The April 4 conduct hearing for a UC Berkeley graduate student was fraught with contention, with the student alleging that the panel chair - who the student sued in November - may possess bias due to the lawsuit and acted outside of his authority when he prohibited the use of Twitter during the hearing.

More than a year and a half after the November 2009 occupation of Wheeler Hall, the hearing for Josh Wolf - a campus student at the UC Berkeley Graduate School of Journalism charged with misconduct for his involvement in filming the demonstration inside the hall - lasted more than six hours with no resolution, according to Wolf.

Wolf is charged with four violations of the campus Code of Student Conduct, including unauthorized entry into or use of any university equipment and resources, conduct that threatens the health and safety of a person, participation in a disturbance of the peace or unlawful assembly and failure to comply with the directions of a university official in the performance of his or her duties on campus.

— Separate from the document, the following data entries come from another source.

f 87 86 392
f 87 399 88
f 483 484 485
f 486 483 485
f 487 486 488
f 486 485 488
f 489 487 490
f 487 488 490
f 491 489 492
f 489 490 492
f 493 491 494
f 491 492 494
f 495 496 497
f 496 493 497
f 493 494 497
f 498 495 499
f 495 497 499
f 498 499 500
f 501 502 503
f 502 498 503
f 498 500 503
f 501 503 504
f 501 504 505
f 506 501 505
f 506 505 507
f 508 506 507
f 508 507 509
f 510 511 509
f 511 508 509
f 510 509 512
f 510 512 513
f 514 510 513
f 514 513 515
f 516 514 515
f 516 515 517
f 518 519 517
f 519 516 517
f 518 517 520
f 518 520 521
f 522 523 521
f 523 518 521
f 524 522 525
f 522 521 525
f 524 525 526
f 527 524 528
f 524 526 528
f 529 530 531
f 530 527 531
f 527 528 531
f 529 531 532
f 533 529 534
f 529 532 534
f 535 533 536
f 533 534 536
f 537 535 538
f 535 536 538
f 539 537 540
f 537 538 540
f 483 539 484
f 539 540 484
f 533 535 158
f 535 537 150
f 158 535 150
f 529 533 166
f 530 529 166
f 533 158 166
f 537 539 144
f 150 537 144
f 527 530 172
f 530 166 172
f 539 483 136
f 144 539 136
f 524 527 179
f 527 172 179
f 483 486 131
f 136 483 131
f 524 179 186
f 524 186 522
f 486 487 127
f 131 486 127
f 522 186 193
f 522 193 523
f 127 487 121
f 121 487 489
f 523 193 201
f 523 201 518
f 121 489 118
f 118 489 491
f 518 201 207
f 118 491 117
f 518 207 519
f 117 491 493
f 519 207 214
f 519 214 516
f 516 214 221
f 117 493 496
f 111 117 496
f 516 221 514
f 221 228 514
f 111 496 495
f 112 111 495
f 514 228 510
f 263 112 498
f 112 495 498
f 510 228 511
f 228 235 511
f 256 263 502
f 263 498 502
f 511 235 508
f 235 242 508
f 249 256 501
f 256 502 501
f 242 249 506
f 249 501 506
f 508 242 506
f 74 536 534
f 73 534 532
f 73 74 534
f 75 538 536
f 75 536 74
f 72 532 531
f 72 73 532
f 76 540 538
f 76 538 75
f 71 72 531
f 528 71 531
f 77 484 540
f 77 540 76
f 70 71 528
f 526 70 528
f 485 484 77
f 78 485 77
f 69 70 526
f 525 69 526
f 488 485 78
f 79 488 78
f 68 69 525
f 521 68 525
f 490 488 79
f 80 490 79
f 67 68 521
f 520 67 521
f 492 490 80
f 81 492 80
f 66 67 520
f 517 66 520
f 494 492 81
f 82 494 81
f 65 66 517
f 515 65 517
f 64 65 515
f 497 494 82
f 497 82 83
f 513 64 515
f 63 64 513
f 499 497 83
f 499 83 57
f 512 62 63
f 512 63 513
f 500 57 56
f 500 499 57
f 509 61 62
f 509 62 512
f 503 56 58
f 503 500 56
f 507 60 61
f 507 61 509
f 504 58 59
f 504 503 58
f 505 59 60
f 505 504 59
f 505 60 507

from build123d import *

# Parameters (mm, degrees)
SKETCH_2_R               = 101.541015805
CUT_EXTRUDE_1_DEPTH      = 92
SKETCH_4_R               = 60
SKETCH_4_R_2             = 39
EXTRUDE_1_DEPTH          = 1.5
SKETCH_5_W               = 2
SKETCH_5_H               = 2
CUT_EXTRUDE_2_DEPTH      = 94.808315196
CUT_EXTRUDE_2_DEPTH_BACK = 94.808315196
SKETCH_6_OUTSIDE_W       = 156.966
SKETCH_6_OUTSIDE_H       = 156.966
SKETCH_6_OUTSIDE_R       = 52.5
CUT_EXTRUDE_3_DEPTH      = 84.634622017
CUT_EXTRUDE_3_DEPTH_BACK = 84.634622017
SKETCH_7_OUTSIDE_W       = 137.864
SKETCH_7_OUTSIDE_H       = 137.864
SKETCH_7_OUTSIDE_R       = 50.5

Though the hearing was closed to the public, The Daily Californian obtained a recording from Wolf.

"There were over a hundred classes, 3,800 students not able to attend their courses in Wheeler ... Josh contributed and helped to cause this direct impact to the educational mission of the university," said Jeff Woods, assistant director for the Center for Student Conduct and Community Standards, at the hearing. "It's more likely than not that Josh ... even though he was acting as a journalist, was responsible for violating the policies in question or aiding and abetting others in terms of committing such violations."

At the hearing, the three-member panel addressed procedural issues raised by Wolf, heard opening statements by both Wolf and the Center for Student Conduct and Community Standards and heard testimony from witnesses.

Chief among the procedural issues Wolf raised were his request that his adviser speak on his behalf, his request that his hearing be made open and his request that the panel chair, Robert DiMartino, a campus clinical optometry professor, recuse himself because of "bias or the appearance of bias," Wolf said.

In November, Wolf filed a small claims lawsuit against DiMartino alleging that DiMartino was contractually obligated to hold Wolf's student conduct proceedings in accordance with outlined student conduct procedures, but did not, resulting in a breach of contract. In February, the lawsuit was relocated to the Superior Court Appellate Division of the Alameda County Superior Court following a petition by DiMartino to dismiss the case.

In a March 15 ruling, Judge Gloria Rhynes granted DiMartino's petition, dismissing the small claims suit.

Due to the ongoing and private nature of the hearing, DiMartino may not comment on the specifics of the case, campus officials have stated.

According to the argument presented by Wolf in the hearing, because of the lawsuit there was a "reasonable expectation" of bias.

"The mere perception of bias is enough to call into question the outcome of any decision made by this panel," Wolf said during the hearing.

With DiMartino abstaining, the panel voted that DiMartino would remain the chair.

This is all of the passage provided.